SAN DIEGO — Military families say the squalid living conditions detailed in a new report by the Military Family Advisory Network released Wednesday don't fully portray their struggle.
In Murphy Canyon, the issues range from mice, to dry rot to rust. Shelby Stevens' husband is in the Navy, and they've been stationed in San Diego for three years.
On the porch she pointed out what looked like half painted pergolas and said they were full of dry rot. Inside there is no microwave, and the kitchen was much the same as it was originally in the 1990's.
"We've got ant problems, roaches, mice," Stevens showed 10News her shed in the back yard. Inside there's half a dozen mice traps, with little black dots covering the floor. Stevens says those are mice droppings.
On her phone, an image of a dead mouse, she said her dog killed.
These issues echoed throughout the military community.
A woman who didn't wish to be identified, for fear of retaliation, said her closet door had loose rusted screws she had to keep out of her toddlers' reach. She said the repair work on a clogged toilet was shoddy, saying the men left mold, and poop around the base of the toilet.
The new report by the Military Family Advisory Network breaks down the problems renters face by base. For San Diego military families, the top two issues are maintenance and mold.
"We absolutely know that the nearly 17,000 who responded to our questionnaire, this is their reality," Shannon Razsadin, Executive Director of MFAN, said.
The survey went out last January and ran for a week. Razsadin hopes the report gives military families a tool to create change.
The military moms who spoke with 10News say it's not a complete picture of what they're dealing with. Stevens said 17,000 people across the country is a very small part of the military community as a whole.
She said in the last several months their service has declined.
"We've had no shows from maintenance men, we've had no shows from contractors who are scheduled to come out to my house, no show, no call. The office hasn't been in contact with any of us," she says.
Her sense of despair growing, "these are the kinds of conditions we're living in," she said tearing up.
The women said they pay more than $3,000 a month and say the high cost of living is what keeps them in the military housing.
10News reached out to Lincoln MIlitary Housing and recieved a comment Thursday morning:
"The results of this online poll of less than eight percent of residents is in sharp contrast to the thousands of independent surveys that a majority of Lincoln residents completed in 2018 that consistently showed high satisfaction. Still, we are striving to ensure that all military families are pleased and are implementing a host of substantive measures to improve property management services across our portfolio including:
We created another oversight position, directly accountable to residents, exclusively to ensure that every home is high quality. Feedback about this new position from residents has been extremely positive.
We have met personally with many families and their advocates to hear their concerns and their suggestions for improvements, including the Military Officers Association of America and the National Military Family Association.

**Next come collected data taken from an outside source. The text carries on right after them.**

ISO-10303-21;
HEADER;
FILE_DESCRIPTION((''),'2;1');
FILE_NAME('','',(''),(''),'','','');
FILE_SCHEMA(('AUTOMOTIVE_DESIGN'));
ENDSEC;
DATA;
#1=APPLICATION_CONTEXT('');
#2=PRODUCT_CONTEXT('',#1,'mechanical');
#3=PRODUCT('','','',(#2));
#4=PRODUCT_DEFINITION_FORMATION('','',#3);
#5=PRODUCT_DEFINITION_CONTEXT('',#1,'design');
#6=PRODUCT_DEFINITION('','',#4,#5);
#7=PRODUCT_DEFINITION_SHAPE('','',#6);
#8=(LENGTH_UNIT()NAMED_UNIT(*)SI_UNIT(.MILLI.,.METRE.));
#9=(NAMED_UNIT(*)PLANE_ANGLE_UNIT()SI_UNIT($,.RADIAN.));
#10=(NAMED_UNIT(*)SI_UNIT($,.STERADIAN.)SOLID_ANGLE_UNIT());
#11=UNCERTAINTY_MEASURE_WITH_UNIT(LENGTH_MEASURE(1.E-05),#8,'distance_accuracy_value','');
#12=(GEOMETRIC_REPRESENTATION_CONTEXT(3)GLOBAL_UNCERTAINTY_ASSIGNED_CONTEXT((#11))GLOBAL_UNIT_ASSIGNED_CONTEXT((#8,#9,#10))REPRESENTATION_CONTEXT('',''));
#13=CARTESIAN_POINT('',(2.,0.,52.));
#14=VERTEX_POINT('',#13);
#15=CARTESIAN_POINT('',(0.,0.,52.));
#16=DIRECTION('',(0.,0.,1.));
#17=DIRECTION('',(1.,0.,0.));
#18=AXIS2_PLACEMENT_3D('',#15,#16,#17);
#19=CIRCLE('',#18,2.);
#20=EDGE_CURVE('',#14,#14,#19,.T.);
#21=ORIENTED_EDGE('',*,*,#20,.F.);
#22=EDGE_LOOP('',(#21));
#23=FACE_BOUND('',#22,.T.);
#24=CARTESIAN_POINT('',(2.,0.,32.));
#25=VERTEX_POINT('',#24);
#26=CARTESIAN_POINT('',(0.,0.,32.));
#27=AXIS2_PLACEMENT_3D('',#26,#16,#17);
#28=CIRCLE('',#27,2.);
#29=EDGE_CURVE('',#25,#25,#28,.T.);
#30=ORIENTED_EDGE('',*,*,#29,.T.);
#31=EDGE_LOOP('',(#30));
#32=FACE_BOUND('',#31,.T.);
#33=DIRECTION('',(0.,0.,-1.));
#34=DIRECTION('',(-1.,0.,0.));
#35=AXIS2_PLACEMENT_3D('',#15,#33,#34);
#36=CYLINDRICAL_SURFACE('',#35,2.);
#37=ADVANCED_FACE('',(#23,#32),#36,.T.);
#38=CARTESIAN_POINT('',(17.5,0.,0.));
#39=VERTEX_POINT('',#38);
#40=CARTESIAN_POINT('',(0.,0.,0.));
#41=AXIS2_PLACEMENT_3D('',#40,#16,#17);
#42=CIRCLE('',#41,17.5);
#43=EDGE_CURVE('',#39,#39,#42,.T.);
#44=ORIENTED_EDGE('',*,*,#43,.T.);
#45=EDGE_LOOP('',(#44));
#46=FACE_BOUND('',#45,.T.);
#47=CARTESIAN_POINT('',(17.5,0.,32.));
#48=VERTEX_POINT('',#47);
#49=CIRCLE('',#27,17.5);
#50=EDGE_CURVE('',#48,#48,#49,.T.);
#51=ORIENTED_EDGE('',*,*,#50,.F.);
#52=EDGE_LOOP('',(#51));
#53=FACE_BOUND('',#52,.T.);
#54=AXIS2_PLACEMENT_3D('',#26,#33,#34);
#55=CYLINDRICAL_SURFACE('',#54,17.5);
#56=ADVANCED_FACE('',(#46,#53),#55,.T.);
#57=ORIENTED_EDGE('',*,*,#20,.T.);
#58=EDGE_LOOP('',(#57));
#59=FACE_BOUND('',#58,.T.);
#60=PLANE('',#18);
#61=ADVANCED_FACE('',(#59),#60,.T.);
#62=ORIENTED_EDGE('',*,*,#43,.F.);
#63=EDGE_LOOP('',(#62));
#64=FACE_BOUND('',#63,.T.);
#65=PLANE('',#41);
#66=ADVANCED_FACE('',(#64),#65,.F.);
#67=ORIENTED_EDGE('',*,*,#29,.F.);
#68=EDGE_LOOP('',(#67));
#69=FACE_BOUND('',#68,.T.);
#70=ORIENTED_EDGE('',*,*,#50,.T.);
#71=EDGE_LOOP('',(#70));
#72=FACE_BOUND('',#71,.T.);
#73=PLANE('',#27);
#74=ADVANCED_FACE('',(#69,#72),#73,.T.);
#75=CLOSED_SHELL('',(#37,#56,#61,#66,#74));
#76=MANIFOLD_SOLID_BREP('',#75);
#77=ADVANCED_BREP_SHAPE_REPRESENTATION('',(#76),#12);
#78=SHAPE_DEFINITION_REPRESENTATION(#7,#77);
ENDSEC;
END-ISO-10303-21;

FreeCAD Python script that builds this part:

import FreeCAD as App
import Part
import Sketcher

doc = App.newDocument("Part")
params = doc.addObject("Spreadsheet::Sheet", "Params")
for row, (alias, value) in enumerate([
    ("sketch1_diameter", "35 mm"),
    ("pad1_length", "32 mm"),
    ("sketch2_diameter", "4 mm"),
    ("pad2_length", "20 mm"),
], start=1):
    params.set(f"A{row}", alias)
    params.set(f"B{row}", "=" + value)
    params.setAlias(f"B{row}", alias)

body = doc.addObject("PartDesign::Body", "Body")

# Sketch on XY plane
sketch1 = doc.addObject("Sketcher::SketchObject", "Sketch")
body.addObject(sketch1)
sketch1.AttachmentSupport = (doc.XY_Plane, [""])
sketch1.MapMode = "FlatFace"
sketch1.addGeometry(Part.Circle(App.Vector(0, 0, 0), App.Vector(0, 0, 1), 18), False)
sketch1.addConstraint(Sketcher.Constraint("Coincident", 0, 3, -1, 1))
sketch1.addConstraint(Sketcher.Constraint("Diameter", 0, 35.0))
sketch1.setExpression("Constraints[1]", "Params.sketch1_diameter")
pad1 = doc.addObject("PartDesign::Pad", "Pad")
body.addObject(pad1)
pad1.Profile = sketch1
pad1.setExpression("Length", "Params.pad1_length")

# Sketch on XY plane
sketch2 = doc.addObject("Sketcher::SketchObject", "Sketch001")
body.addObject(sketch2)
sketch2.AttachmentSupport = (doc.XY_Plane, [""])
sketch2.MapMode = "FlatFace"
sketch2.AttachmentOffset = App.Placement(App.Vector(0, 0, 32), App.Rotation())
sketch2.addGeometry(Part.Circle(App.Vector(0, 0, 0), App.Vector(0, 0, 1), 2), False)
sketch2.addConstraint(Sketcher.Constraint("Coincident", 0, 3, -1, 1))
sketch2.addConstraint(Sketcher.Constraint("Diameter", 0, 4.0))
sketch2.setExpression("Constraints[1]", "Params.sketch2_diameter")
pad2 = doc.addObject("PartDesign::Pad", "Pad001")
body.addObject(pad2)
pad2.Profile = sketch2
pad2.setExpression("Length", "Params.pad2_length")

doc.recompute()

We have expanded Resident Advisory Boards across our portfolio. We have built and now offer to residents a mobile app to make it easier for them to place and track all service requests (available in the app store as "RentCAFE,"soon to be renamed “Lincoln Military Resident). Residents can also see all previous work orders they have submitted.

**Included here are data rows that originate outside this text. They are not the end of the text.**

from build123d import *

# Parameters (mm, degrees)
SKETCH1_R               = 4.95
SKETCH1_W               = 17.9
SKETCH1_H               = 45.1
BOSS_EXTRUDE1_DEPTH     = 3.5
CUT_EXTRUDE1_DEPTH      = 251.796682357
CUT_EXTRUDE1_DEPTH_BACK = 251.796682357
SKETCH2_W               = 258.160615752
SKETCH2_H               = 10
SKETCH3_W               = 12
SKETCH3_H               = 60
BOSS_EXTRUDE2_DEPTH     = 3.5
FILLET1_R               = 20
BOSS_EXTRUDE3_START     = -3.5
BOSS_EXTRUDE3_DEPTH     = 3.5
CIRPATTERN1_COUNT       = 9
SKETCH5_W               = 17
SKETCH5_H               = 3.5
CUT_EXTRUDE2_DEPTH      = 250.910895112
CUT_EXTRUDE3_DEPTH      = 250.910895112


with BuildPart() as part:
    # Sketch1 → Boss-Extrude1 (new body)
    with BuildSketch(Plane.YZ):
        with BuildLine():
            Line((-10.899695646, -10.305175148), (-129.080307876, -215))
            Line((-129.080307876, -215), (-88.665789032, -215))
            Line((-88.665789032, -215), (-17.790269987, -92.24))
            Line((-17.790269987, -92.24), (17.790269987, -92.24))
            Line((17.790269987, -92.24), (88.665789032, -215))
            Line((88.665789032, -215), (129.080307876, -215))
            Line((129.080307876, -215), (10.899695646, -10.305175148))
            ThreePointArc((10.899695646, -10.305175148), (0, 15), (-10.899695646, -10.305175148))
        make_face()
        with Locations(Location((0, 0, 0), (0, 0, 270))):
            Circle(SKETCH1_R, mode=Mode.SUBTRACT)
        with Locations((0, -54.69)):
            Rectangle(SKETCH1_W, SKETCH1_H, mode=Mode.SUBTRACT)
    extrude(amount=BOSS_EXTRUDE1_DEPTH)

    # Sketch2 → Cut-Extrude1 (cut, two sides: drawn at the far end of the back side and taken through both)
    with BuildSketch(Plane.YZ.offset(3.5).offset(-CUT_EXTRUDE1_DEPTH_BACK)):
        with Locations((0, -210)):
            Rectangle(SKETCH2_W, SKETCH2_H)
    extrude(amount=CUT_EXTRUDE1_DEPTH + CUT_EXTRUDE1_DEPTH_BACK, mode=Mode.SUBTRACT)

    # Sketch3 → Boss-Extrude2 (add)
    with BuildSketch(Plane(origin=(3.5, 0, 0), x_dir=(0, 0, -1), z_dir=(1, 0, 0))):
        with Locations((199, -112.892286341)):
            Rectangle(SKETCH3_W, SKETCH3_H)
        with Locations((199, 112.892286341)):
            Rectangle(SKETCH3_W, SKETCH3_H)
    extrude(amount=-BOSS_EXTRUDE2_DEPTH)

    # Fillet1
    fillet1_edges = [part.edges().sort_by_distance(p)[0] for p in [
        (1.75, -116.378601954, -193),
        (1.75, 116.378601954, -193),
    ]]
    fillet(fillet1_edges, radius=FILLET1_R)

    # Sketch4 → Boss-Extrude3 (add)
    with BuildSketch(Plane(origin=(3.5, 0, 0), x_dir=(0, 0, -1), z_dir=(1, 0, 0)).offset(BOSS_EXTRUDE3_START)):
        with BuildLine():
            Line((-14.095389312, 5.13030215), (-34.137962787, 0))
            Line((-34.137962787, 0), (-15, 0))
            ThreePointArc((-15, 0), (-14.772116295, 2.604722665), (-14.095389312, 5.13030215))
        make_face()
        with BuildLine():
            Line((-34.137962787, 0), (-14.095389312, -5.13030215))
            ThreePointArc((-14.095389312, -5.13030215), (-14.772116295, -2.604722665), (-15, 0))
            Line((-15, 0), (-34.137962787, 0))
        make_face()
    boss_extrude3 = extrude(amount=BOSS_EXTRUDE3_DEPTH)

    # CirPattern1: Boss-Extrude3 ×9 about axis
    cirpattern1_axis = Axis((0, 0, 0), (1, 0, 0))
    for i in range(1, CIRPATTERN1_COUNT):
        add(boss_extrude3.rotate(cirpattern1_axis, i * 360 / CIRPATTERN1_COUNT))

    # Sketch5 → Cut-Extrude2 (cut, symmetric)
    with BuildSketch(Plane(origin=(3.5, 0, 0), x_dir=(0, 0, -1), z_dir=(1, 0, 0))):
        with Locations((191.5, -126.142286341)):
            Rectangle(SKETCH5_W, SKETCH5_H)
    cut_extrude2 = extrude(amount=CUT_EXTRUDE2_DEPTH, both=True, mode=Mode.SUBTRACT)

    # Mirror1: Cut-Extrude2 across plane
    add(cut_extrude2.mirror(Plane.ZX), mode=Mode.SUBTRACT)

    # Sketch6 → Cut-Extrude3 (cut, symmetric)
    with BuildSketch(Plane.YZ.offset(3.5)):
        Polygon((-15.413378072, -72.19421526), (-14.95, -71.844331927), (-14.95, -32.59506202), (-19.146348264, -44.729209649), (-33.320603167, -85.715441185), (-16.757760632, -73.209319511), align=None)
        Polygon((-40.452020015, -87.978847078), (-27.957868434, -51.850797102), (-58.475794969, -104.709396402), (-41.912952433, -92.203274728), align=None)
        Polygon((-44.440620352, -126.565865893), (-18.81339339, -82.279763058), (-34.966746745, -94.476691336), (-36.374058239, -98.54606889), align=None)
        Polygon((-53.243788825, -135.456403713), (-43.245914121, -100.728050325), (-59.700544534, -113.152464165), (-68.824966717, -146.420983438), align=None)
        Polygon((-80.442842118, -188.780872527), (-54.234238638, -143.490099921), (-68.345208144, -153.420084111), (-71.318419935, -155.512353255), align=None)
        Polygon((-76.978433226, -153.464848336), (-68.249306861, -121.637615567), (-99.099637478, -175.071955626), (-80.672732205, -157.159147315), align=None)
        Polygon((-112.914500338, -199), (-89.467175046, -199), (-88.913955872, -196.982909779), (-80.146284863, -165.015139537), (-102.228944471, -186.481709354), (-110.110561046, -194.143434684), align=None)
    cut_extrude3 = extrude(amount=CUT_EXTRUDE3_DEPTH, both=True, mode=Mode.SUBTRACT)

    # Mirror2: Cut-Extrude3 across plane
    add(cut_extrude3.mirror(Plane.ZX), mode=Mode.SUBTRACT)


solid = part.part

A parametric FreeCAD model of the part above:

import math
import FreeCAD as App
import Part
import Sketcher
from FreeCAD import Vector
Q = App.Units.Quantity


def edges_at(feature, points):
    """Names of the edges that pass closest to the given points."""
    edges = feature.Shape.Edges
    near = lambda p: min(range(len(edges)), key=lambda i: edges[i].distToShape(Part.Vertex(*p))[0])
    return sorted({f"Edge{near(p) + 1}" for p in points})


def add_polygon(sketch, points):
    """Adds a closed chain of lines whose ends are joined by coincident constraints."""
    first, n = sketch.GeometryCount, len(points)
    for a, b in zip(points, points[1:] + points[:1]):
        sketch.addGeometry(Part.LineSegment(App.Vector(*a, 0), App.Vector(*b, 0)), False)
    for i in range(n):
        sketch.addConstraint(Sketcher.Constraint("Coincident", first + i, 2, first + (i + 1) % n, 1))

doc = App.newDocument("Part")
body = doc.addObject("PartDesign::Body", "Body")

# Sketch on YZ plane
sketch1 = body.newObject("Sketcher::SketchObject", "Sketch")
sketch1.AttachmentSupport = (doc.getObject("YZ_Plane"), [""])
sketch1.MapMode = "FlatFace"
sketch1.addGeometry(Part.LineSegment(Vector(-10.9, -10.3, 0), Vector(-129.1, -215, 0)), False)  # 0
sketch1.addGeometry(Part.LineSegment(Vector(-129.1, -215, 0), Vector(-88.7, -215, 0)), False)  # 1
sketch1.addGeometry(Part.LineSegment(Vector(-88.7, -215, 0), Vector(-17.8, -92.2, 0)), False)  # 2
sketch1.addGeometry(Part.LineSegment(Vector(-17.8, -92.2, 0), Vector(17.8, -92.2, 0)), False)  # 3
sketch1.addGeometry(Part.LineSegment(Vector(17.8, -92.2, 0), Vector(88.7, -215, 0)), False)  # 4
sketch1.addGeometry(Part.LineSegment(Vector(88.7, -215, 0), Vector(129.1, -215, 0)), False)  # 5
sketch1.addGeometry(Part.LineSegment(Vector(129.1, -215, 0), Vector(10.9, -10.3, 0)), False)  # 6
sketch1.addGeometry(Part.ArcOfCircle(Part.Circle(Vector(0, 0, 0), Vector(0, 0, 1), 15), math.radians(-43), math.radians(223)), False)  # 7
add_polygon(sketch1, [(8.9, -77.2), (-8.9, -77.2), (-8.9, -32.1), (8.9, -32.1)])  # lines 8-11
sketch1.addGeometry(Part.Circle(Vector(0, 0, 0), Vector(0, 0, 1), 5), False)  # 12
sketch1.addConstraint([
    Sketcher.Constraint("Coincident", 0, 2, 1, 1),
    Sketcher.Constraint("Coincident", 1, 2, 2, 1),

We have increased our staffing to better respond to resident requests and work orders.
In an effort to increase communication, resident liaisons are reaching out daily to residents with open work orders to gauge satisfaction and troubleshoot any concerns.
We adjusted our survey process to provide a work order survey delivered the same day a work order is completed. Those results are then shared with our government partner to give them insight and strengthen oversight.
To allow more opportunity for feedback, we have added the option for residents to submit an anonymous service survey at LMHSERVICE.com. This is in addition to move-in surveys, work order surveys and move-out surveys that residents complete after each process.
We have instituted a door-to-door outreach program where our employees, on a daily basis, connect with residents to gauge satisfaction with their homes. We have already reached over 1,500 families and we will be knocking on every door at least once every three months going forward. If a resident is not home, an invitation letter is left asking them to reach out to Lincoln service staff with any concerns or suggestions.
We retained a third-party mold remediation expert to review our protocols and procedures to ensure best practices and customer satisfaction and have provided a copy of their report to interested officials and our military service partners
Our maintenance staff, technicians and outside contractors are all required to meet industry standards for training, education, licensing and accreditation for the particular services they provide.
Each Lincoln maintenance employee is required to pass a rigorous mold training course led by qualified mold instructors on an annual basis, and new employees are required to take the training within the first week of their employment.If a certain mold situation requires it, higher-level mold professionals and/or industrial hygienists are retained to conduct the remediation process and ensure the issue has been addressed properly.If contractors or maintenance employees do not perform according to our high standards either for the quality of work they provide or the way in which they treat customers, they are dismissed or removed from our provider lists.
In addition to working with the Department of Defense on permanent improvements to the current dispute resolution process, Lincoln is working individually to establish a formal and independent dispute resolution system that will use professional mediators to help resolve any disputes expeditiously and fairly.
“We realize that none of these actions can make up for any past shortcomings, but they demonstrate our good faith effort to make things better. And these are just a few of the many actions we’ve taken and will continue to take in the months ahead.”